● **Work order**
Only one stretch of the data below is wanted: the lines from the one with "face PLANE(AX(P(0,7,0),D(0,1,0),D(0,0,1))) [e1" through the one with "e9 v5 v9 LINE", repeated exactly.

─── Task inputs

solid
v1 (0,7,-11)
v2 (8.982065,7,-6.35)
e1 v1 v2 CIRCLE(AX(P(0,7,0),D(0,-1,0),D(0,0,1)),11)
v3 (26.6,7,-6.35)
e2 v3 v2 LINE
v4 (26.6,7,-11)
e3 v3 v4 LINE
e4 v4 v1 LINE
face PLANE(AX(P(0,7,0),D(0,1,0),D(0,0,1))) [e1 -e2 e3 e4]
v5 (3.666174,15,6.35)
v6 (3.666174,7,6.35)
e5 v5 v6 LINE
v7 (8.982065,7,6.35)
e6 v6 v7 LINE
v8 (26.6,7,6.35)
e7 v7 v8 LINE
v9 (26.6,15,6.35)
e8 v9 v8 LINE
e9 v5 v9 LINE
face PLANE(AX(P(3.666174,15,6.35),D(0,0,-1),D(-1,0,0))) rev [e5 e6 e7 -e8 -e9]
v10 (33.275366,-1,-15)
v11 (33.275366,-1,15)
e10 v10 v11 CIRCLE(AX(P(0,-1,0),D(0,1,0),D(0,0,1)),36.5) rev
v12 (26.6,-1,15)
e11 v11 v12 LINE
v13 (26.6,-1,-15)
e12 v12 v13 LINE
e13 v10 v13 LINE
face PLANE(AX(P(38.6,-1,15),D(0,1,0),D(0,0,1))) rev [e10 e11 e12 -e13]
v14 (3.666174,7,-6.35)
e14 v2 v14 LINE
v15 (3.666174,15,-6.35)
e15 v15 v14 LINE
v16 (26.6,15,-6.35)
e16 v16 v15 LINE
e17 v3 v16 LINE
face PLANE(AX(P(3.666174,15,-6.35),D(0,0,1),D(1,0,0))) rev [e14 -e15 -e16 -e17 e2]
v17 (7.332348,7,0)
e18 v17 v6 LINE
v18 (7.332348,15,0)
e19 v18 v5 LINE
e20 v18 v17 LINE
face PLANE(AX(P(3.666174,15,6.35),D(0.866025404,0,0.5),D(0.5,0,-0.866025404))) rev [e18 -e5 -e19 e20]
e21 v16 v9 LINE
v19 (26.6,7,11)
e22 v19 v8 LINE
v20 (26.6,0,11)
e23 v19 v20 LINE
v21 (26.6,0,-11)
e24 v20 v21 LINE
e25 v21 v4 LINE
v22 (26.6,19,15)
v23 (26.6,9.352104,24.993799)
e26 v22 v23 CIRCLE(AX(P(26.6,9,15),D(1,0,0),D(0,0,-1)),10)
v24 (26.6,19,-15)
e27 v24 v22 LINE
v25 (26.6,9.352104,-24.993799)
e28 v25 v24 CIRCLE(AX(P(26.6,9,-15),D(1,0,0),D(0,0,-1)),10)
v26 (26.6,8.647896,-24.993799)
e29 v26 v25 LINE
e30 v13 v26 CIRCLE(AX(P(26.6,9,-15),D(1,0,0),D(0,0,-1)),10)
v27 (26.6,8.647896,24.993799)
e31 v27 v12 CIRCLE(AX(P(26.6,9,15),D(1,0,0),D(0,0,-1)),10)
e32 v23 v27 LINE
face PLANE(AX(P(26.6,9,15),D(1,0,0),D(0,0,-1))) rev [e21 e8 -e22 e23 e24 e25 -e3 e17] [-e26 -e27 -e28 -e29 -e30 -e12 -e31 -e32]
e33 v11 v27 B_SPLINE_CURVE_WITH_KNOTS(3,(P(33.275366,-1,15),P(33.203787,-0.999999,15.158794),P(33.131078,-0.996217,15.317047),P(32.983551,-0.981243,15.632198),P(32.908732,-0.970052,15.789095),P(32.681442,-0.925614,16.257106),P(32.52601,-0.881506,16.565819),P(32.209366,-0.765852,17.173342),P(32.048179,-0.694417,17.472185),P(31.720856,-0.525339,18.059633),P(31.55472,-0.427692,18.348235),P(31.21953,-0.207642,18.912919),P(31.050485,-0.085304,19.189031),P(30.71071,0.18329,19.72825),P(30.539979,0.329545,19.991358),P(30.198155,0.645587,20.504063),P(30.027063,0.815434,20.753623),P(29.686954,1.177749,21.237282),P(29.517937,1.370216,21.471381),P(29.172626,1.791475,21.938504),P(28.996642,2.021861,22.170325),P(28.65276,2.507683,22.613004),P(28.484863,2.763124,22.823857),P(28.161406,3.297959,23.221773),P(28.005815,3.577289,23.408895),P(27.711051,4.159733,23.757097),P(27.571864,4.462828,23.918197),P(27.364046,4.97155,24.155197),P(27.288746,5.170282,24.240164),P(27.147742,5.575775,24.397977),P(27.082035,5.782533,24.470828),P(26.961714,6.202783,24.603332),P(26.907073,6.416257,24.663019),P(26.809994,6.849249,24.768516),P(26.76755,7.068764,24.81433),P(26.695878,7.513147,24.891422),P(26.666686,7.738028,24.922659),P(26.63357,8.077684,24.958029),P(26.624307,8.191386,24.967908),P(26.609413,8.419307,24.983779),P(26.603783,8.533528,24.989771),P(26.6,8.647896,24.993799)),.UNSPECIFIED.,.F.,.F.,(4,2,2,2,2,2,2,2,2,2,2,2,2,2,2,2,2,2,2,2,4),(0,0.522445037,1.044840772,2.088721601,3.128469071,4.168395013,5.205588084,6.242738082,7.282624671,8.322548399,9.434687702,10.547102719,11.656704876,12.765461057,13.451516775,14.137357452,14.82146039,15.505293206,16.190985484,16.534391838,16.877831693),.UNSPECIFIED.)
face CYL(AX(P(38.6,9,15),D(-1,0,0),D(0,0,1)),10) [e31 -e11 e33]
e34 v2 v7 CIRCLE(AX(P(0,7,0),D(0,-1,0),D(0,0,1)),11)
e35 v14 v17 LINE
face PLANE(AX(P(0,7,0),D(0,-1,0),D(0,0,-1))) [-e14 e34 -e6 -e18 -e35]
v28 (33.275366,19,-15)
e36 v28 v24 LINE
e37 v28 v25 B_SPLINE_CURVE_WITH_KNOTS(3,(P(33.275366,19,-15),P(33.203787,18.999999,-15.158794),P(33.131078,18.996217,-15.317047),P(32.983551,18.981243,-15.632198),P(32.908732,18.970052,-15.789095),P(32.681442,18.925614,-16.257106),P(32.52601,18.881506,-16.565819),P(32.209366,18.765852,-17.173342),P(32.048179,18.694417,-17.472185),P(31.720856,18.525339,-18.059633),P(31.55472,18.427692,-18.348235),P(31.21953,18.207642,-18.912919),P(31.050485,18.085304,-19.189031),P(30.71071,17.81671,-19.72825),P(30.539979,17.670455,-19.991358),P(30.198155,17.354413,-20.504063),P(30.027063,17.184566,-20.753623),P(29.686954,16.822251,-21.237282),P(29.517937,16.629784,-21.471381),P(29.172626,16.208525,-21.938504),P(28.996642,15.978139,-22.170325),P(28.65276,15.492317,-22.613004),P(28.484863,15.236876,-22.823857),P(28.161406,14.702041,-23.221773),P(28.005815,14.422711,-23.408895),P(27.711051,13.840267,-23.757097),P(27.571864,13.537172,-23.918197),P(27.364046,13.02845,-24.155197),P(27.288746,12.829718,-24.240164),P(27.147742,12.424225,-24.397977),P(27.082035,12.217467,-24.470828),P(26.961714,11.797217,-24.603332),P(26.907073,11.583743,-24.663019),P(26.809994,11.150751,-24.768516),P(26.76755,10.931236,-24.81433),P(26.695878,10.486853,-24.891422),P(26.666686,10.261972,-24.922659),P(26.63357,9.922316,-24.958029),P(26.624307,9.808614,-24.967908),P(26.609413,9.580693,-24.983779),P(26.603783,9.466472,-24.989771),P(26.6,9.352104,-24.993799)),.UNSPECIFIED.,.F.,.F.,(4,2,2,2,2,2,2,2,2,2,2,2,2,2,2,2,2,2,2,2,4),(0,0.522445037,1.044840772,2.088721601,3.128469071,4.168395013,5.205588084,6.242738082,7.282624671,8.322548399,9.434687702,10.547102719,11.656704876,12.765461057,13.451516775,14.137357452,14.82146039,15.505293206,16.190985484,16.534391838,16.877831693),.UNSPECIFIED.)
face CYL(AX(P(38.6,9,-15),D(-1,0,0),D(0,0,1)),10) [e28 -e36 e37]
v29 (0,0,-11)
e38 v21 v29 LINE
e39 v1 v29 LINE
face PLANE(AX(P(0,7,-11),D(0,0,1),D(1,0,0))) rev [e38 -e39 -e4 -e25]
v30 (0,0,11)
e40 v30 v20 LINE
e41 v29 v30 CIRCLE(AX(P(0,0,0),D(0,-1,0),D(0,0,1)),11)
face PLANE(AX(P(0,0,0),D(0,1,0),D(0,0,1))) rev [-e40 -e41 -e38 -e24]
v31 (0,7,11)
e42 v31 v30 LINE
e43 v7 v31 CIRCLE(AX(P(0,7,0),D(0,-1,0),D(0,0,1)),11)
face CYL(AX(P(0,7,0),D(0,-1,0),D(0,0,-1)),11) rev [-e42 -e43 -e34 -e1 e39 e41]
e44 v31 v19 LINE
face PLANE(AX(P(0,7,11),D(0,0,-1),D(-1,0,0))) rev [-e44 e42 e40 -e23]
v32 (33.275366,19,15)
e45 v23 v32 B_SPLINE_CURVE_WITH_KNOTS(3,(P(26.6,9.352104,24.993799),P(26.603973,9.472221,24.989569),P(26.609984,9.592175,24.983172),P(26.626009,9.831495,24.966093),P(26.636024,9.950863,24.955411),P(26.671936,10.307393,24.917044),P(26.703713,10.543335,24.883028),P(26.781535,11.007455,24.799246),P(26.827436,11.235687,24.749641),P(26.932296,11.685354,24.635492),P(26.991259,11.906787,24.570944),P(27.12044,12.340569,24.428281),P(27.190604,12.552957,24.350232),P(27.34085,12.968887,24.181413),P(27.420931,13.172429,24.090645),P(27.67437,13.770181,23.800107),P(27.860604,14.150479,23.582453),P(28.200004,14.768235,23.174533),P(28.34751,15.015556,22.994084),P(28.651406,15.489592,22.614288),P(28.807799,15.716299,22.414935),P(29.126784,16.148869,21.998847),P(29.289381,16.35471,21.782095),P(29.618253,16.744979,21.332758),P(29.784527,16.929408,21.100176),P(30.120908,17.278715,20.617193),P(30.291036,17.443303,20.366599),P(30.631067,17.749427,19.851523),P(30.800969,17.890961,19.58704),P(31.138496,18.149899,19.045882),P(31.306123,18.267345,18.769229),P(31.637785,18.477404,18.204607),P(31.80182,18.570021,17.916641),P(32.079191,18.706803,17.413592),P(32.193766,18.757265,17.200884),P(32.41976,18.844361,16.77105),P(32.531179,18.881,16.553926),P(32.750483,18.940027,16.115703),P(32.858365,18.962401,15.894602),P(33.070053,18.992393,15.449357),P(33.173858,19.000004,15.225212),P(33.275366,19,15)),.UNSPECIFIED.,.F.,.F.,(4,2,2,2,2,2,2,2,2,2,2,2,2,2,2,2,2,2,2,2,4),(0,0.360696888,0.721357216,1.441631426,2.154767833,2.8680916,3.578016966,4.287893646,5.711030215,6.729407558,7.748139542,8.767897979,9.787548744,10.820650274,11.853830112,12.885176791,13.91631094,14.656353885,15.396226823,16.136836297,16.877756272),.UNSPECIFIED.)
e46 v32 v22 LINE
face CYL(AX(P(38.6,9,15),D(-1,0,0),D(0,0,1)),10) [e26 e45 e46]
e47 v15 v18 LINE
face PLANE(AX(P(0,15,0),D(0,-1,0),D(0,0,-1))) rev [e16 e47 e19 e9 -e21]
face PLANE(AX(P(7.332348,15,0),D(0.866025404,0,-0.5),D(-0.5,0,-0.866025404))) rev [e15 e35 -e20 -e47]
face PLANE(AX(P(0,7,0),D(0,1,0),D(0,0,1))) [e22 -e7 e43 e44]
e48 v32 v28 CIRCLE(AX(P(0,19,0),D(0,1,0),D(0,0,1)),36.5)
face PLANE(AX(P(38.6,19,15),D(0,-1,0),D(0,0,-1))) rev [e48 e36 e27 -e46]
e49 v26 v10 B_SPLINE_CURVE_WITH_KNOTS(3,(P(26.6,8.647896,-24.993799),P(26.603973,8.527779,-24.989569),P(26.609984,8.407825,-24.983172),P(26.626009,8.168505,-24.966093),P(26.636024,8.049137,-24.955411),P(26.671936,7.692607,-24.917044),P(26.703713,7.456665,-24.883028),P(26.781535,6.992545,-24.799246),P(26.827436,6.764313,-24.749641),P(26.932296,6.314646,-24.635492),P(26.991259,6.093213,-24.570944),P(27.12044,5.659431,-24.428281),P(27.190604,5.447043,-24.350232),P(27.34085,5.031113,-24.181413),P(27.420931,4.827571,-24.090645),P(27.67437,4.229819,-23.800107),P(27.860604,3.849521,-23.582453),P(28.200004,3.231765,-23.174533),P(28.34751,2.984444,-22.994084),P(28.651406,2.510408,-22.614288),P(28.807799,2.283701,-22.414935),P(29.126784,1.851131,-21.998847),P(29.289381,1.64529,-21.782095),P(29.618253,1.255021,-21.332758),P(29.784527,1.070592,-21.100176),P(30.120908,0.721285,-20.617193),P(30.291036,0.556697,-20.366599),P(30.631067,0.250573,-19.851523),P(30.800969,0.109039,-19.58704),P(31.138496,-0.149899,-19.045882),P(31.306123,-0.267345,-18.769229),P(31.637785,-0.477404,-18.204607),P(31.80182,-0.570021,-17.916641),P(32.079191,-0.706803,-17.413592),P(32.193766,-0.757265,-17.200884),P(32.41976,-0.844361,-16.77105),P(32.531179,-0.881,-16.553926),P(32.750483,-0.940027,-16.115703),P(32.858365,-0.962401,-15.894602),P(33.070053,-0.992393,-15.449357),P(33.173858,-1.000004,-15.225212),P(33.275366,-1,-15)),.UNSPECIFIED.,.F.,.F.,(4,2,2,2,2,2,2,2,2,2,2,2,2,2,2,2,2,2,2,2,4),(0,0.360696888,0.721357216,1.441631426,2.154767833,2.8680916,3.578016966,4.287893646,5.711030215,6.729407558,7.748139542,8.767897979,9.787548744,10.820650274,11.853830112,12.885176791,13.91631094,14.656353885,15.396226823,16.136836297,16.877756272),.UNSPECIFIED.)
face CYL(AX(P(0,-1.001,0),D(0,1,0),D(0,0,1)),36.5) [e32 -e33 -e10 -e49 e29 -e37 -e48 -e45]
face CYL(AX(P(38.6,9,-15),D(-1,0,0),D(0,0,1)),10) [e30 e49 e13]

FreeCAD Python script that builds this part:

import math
import FreeCAD as App
import Part
import Sketcher

V = App.Vector
Q = App.Units.Quantity

doc = App.newDocument("Part")
body = doc.addObject("PartDesign::Body", "Body")

# Sketch on XZ plane
sketch1 = body.newObject("Sketcher::SketchObject", "Sketch")
sketch1.AttachmentSupport = (doc.getObject("XZ_Plane"), [""])
sketch1.MapMode = "FlatFace"
sketch1.addGeometry([
    Part.LineSegment(V(35, -11, 0), V(0, -11, 0)),
    Part.ArcOfCircle(Part.Circle(V(0, 0, 0), V(0, 0, 1), 11), math.radians(-90), math.radians(90)),
    Part.LineSegment(V(0, 11, 0), V(35, 11, 0)),
    Part.ArcOfCircle(Part.Circle(V(0, 0, 0), V(0, 0, 1), 37), math.radians(-18), math.radians(18)),
], False)
sketch1.addConstraint([
    Sketcher.Constraint("Tangent", 0, 2, 1, 1),
    Sketcher.Constraint("Tangent", 1, 2, 2, 1),
    Sketcher.Constraint("Coincident", 2, 2, 3, 2),
    Sketcher.Constraint("Coincident", 3, 1, 0, 1),
    Sketcher.Constraint("Horizontal", 0),
    Sketcher.Constraint("Horizontal", 2),
    Sketcher.Constraint("Coincident", 1, 3, -1, 1),
    Sketcher.Constraint("Coincident", 3, 3, -1, 1),
    Sketcher.Constraint("Radius", 1, Q("11 mm")),
    Sketcher.Constraint("Radius", 3, Q("36.5 mm")),
])
pad1 = body.newObject("PartDesign::Pad", "Pad")
pad1.Profile = sketch1
pad1.Length = 7
pad1.Reversed = True

# Sketch on XZ plane
sketch2 = body.newObject("Sketcher::SketchObject", "Sketch001")
sketch2.AttachmentSupport = (doc.getObject("XZ_Plane"), [""])
sketch2.MapMode = "FlatFace"
sketch2.AttachmentOffset = App.Placement(V(0, 0, -7), App.Rotation())
sketch2.addGeometry([
    Part.LineSegment(V(36, -6, 0), V(4, -6, 0)),  # 0
    Part.LineSegment(V(4, -6, 0), V(7, 0, 0)),  # 1
    Part.LineSegment(V(7, 0, 0), V(4, 6, 0)),  # 2
    Part.LineSegment(V(4, 6, 0), V(36, 6, 0)),  # 3
    Part.ArcOfCircle(Part.Circle(V(0, 0, 0), V(0, 0, 1), 36), math.radians(-10), math.radians(10)),  # 4
], False)
sketch2.addConstraint([
    Sketcher.Constraint("Coincident", 0, 2, 1, 1),
    Sketcher.Constraint("Coincident", 1, 2, 2, 1),
    Sketcher.Constraint("Coincident", 2, 2, 3, 1),
    Sketcher.Constraint("Coincident", 3, 2, 4, 2),
    Sketcher.Constraint("Coincident", 4, 1, 0, 1),
    Sketcher.Constraint("Horizontal", 0),
    Sketcher.Constraint("Horizontal", 3),
    Sketcher.Constraint("Coincident", 4, 3, -1, 1),
    Sketcher.Constraint("Symmetric", 0, 2, 2, 2, -1),
    Sketcher.Constraint("PointOnObject", 1, 2, -1),
    Sketcher.Constraint("Radius", 4, Q("36.5 mm")),
    Sketcher.Constraint("Angle", 1, Q("60 deg")),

──────

● **Answer space**
face PLANE(AX(P(0,7,0),D(0,1,0),D(0,0,1))) [e1 -e2 e3 e4]
v5 (3.666174,15,6.35)
v6 (3.666174,7,6.35)
e5 v5 v6 LINE
v7 (8.982065,7,6.35)
e6 v6 v7 LINE
v8 (26.6,7,6.35)
e7 v7 v8 LINE
v9 (26.6,15,6.35)
e8 v9 v8 LINE
e9 v5 v9 LINE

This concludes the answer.